In 1865, the structure was sold to the Episcopal Church and became a school for girls, and during the 1870s it was turned into a vicarage and served as such for more than 30 years.
48 – Maria Lanakila First Catholic Church
The first resident Roman Catholic priests arrived at Lahaina on April 21, 1846. A church was built on the present site that same year, but it was replaced by a new structure in 1858 (Waine‘e and Dickenson Streets.)
The present concrete church, erected in 1927-1928, was built on the same foundation and is almost a replica of the older frame structure, it is said that the original ceiling was retained in the new building.
50 – Hale Aloha
The predecessor of this building, known as the Hale Halewai, or Hale Lai, is sometimes said to have been built as early as 1823; and it, instead of the Waine‘e Church, is occasionally claimed as the first stone church in the island (behind the Episcopal Cemetery in about the center of the large block bounded by Waine‘e, Hale and Chapel Streets and Prison Road.)

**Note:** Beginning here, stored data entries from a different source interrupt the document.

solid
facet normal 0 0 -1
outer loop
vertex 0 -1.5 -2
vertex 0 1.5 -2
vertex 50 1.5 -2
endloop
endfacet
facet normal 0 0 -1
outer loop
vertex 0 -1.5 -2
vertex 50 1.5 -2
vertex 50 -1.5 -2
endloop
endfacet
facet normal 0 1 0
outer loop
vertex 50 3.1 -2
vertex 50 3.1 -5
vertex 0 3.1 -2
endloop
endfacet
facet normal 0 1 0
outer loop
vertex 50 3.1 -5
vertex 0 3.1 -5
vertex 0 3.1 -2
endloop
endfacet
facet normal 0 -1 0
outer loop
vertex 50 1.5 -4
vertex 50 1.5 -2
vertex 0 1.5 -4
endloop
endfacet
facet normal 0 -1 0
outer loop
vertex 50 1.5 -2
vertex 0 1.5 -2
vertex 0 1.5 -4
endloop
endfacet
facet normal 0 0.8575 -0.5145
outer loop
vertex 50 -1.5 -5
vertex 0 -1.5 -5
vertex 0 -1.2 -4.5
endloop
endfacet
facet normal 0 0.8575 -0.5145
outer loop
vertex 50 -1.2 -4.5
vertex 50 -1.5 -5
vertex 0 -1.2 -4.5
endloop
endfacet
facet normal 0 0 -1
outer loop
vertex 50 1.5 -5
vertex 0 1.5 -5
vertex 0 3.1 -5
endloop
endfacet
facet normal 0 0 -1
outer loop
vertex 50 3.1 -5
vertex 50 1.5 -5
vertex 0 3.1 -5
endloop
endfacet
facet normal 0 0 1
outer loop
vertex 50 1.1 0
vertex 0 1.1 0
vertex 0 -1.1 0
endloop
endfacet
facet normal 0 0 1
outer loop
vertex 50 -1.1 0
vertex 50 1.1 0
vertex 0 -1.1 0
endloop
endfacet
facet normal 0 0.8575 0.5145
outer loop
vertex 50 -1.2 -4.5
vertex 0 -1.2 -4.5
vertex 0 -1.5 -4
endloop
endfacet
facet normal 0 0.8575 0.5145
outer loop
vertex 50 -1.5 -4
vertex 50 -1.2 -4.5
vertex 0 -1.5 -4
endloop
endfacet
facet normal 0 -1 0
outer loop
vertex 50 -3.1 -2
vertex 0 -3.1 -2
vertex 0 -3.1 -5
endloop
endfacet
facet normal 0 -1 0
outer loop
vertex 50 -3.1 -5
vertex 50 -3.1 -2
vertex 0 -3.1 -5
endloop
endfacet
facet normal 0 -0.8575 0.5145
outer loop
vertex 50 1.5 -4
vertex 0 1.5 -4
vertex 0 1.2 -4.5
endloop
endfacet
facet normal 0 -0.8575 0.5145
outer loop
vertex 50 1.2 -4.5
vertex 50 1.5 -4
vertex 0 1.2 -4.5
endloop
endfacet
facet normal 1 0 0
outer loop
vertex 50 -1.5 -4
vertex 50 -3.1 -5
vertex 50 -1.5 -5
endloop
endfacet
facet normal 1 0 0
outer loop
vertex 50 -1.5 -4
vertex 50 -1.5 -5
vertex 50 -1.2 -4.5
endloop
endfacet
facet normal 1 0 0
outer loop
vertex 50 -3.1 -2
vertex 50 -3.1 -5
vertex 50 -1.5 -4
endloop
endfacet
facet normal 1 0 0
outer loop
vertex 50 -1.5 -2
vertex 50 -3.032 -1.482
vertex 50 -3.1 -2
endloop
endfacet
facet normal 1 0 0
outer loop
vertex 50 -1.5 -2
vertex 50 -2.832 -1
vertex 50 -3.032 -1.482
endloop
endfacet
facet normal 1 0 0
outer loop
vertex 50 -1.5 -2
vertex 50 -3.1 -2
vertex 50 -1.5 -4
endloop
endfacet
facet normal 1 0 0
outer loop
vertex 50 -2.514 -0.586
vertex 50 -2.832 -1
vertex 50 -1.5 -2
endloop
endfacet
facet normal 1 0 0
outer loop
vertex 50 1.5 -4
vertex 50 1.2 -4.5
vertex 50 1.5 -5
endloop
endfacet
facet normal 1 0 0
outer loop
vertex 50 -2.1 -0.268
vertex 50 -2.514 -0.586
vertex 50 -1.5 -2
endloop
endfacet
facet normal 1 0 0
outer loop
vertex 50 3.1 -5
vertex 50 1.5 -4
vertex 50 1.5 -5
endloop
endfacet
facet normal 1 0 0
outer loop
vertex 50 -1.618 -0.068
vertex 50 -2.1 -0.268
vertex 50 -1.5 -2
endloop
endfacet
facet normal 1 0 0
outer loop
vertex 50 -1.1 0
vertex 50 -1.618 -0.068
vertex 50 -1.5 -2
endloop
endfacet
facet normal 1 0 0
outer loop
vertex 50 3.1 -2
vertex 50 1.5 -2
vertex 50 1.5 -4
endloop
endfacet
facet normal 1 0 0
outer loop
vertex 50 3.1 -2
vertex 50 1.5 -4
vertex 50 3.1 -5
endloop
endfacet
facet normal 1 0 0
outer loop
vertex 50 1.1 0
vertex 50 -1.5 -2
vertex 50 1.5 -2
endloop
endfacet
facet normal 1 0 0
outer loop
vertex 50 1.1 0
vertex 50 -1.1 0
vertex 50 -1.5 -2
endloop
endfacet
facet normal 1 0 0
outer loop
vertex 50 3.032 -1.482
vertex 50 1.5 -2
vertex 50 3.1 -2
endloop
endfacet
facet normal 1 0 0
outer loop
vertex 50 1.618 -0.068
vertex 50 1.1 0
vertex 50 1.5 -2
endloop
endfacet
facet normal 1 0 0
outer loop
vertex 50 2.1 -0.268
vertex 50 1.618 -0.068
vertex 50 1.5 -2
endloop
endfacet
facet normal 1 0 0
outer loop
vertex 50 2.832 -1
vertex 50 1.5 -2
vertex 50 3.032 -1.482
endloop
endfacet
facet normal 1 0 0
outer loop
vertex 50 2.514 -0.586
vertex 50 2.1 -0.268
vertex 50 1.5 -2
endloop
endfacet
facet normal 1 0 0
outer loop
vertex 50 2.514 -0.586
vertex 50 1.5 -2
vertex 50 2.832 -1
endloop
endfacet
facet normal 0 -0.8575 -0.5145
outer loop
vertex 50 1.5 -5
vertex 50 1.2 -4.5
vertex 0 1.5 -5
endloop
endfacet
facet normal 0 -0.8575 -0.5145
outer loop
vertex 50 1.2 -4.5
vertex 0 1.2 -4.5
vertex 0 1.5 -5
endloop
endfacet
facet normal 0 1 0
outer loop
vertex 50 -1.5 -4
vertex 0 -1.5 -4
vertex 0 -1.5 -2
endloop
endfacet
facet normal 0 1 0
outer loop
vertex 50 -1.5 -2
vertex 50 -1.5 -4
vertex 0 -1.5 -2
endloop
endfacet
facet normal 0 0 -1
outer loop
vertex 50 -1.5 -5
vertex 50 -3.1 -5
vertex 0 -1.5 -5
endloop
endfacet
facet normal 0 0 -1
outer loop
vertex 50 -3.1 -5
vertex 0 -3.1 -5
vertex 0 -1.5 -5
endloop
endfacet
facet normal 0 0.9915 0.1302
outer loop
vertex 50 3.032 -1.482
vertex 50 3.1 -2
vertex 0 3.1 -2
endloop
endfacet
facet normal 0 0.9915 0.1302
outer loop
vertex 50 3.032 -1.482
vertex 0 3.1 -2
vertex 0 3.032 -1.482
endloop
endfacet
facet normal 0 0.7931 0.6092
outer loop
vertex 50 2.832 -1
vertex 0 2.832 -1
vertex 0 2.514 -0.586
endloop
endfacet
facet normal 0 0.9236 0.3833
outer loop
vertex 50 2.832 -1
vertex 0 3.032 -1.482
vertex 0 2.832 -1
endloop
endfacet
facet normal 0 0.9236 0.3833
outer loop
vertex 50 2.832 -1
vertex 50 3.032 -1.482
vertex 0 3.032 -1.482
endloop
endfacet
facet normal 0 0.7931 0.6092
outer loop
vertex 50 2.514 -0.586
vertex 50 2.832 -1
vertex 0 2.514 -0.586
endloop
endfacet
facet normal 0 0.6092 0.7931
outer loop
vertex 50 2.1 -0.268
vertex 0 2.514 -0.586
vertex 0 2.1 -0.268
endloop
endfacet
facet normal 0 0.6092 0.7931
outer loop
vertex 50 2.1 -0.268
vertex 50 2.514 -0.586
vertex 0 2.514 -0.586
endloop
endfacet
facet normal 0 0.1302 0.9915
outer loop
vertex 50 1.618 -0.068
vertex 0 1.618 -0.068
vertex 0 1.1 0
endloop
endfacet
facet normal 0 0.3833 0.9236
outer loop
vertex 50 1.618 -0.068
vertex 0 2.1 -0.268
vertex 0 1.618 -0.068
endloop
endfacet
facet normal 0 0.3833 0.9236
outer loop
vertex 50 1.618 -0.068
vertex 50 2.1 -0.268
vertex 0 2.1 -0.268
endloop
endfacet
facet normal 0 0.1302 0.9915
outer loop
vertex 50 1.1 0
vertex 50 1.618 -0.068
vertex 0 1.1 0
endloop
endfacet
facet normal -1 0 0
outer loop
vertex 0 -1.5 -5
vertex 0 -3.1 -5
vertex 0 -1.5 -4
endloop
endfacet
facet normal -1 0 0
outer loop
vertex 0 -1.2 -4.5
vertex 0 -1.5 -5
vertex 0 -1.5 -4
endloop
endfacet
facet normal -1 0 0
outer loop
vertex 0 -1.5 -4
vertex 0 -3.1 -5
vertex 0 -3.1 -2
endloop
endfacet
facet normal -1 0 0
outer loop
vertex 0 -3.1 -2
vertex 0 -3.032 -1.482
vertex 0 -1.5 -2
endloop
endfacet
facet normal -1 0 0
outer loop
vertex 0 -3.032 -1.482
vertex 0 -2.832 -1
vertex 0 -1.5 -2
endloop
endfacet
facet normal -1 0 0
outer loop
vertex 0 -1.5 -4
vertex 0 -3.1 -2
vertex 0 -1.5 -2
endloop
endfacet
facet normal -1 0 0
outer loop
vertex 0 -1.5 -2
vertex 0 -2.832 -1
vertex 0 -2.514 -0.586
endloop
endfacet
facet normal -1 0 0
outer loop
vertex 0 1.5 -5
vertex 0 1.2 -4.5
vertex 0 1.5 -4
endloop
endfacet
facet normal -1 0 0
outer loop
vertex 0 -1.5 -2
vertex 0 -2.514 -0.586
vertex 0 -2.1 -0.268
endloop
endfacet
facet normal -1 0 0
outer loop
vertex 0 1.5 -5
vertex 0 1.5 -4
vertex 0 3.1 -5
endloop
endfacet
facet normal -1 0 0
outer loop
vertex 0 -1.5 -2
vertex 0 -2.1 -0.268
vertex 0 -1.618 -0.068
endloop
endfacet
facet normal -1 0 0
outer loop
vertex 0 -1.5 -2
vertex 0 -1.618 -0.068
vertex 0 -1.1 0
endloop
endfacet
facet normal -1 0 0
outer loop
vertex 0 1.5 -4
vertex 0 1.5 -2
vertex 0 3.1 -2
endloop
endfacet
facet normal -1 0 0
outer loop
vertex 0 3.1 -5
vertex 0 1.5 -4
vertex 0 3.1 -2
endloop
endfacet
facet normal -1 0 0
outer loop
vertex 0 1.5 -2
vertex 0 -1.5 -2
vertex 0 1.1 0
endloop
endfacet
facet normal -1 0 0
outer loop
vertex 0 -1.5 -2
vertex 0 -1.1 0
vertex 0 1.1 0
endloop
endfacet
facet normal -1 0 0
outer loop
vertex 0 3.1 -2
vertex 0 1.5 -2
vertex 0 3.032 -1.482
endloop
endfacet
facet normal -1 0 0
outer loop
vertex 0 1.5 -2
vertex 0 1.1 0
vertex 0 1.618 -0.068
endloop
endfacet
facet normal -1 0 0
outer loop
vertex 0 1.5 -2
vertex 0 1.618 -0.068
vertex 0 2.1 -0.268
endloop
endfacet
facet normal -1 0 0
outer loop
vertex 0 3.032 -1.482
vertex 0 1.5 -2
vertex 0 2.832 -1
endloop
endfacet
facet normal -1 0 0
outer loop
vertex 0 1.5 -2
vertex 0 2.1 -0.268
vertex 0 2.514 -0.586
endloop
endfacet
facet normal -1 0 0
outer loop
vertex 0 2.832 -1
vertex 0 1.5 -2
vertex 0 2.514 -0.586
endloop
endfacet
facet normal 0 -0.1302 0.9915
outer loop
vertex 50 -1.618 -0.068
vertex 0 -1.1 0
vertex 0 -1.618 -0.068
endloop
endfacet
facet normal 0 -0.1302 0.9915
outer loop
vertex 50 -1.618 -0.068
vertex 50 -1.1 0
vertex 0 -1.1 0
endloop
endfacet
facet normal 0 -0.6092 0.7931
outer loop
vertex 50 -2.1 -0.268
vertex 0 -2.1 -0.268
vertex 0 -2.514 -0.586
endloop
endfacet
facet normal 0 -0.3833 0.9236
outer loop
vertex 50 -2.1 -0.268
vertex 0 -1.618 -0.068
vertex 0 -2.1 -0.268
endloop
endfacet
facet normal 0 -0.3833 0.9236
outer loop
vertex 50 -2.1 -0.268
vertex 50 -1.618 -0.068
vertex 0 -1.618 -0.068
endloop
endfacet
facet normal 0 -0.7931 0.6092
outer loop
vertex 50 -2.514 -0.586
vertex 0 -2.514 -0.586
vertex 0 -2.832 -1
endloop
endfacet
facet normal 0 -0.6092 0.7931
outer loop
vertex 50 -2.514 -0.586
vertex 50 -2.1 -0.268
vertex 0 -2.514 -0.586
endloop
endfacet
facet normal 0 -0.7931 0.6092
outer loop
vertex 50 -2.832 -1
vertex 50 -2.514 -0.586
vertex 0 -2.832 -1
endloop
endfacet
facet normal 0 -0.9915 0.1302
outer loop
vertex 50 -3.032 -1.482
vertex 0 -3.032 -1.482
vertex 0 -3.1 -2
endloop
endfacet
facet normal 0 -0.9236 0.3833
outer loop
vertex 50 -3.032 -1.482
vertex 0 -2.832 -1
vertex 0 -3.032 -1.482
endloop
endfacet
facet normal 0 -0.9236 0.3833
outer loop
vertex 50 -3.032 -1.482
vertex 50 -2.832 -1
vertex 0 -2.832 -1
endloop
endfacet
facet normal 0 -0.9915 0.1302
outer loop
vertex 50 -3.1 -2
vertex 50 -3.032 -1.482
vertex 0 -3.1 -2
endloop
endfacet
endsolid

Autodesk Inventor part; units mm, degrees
ref_plane "YZ Plane" through (0, 0, 0) normal (1, 0, 0) x (0, 1, 0)
ref_plane "XZ Plane" through (0, 0, 0) normal (0, 1, 0) x (-1, 0, 0)
ref_plane "XY Plane" through (0, 0, 0) normal (0, 0, 1) x (1, 0, 0)
sketch "Sketch1" plane through (0, 0, 0) normal (1, 0, 0) x (0, 1, 0)
  line L0 (1.5, -2) -> (-1.5, -2)
  line L1 (1.5, -2) -> (1.5, -4)
  line L2 (1.5, -4) -> (1.2, -4.5)
  line L3 (1.2, -4.5) -> (1.5, -5)
  line L4 (1.5, -5) -> (3.1, -5)
  line L5 (3.1, -5) -> (3.1, 0)
  line L6 (3.1, 0) -> (-3.1, 0)
  line L7 (-3.1, 0) -> (-3.1, -5)
  line L8 (-3.1, -5) -> (-1.5, -5)
  line L9 (-1.5, -5) -> (-1.2, -4.5)
  line L10 (-1.2, -4.5) -> (-1.5, -4)
  line L11 (-1.5, -4) -> (-1.5, -2)
  point P0 (0, 0)
  point P1 (0, -2)
  dimension "d0" = 3
  dimension "d1" = 2
  dimension "d2" = 1.6
  dimension "d3" = 1.6
  dimension "d4" = 0.3
  dimension "d5" = 3
  dimension "d6" = 2
extrude "Extrusion1" add sketch "Sketch1" along normal blind 50
fillet "Fillet1" radius 2 2 edges at (25, 3.1, 0) (25, -3.1, 0)
properties part number "ForceStopper" material "ABS Plastic"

The meetinghouse was in bad condition by 1855 and the church voted to rebuild completely, the walls being ‘too old fashioned to be tolerated in these go-ahead days.’ The present building, called ‘Hale Aloha,’ was completed in 1858 and was ‘the largest sectional meeting house of its time.’ In 1860, the government fitted it out for use as an English Church.
53 – Old Prison (Hale Pa‘ahao)
In addition to ordinary criminals, the authorities at Lāhainā generally had on their hands a number of boisterous seamen who had run afoul of the law in one way or another during their periods of ‘refreshment’ ashore. During the 1830s and 1840s prisoners usually were confined in the fort which stood on the seaward side of the present square (see the Court House above.)
A new prison was started in 1852. The main cell block, built of planks, was constructed in that year, but the wall around the grounds, built of coral blocks from the old fort, was not erected until about 1854 (at the corner of Waine‘e Street and Prison Road.) Prisoners performed much of the labor.
56 -57 -Waine‘e Church and Cemetery (Waiola Cemetery and Church)
For several years after the American Board missionaries reached Lāhainā in 1823, services were held in temporary structures. In 1828 the chiefs, led by Hoapili, proposed to build a new stone church, and the present site was selected (on Waine‘e Street, between Chapel and Shaw Streets.)
The cornerstone was laid on September 14, 1828, for this “first stone meeting-house built at the Islands.” Dedicated on March 4, 1832, this large, two-story, galleried Waine‘e Church was twice destroyed by Kauaula winds and once, in 1894, by a fire of incendiary origin. The present church structure was dedicated in 1953, at which time the name was changed to Waiola.
The adjoining cemetery is said to date from 1823. It contains the body of Keōpūolani, wife of Kamehameha the Great and mother of Kamehameha II and Kamehameha III. Other prominent Hawaiian nobles interred here include Governor Hoapili, King Kaumuali‘i, Princess Nahi‘ena‘ena, Queen Kalākua and Governess Liliha.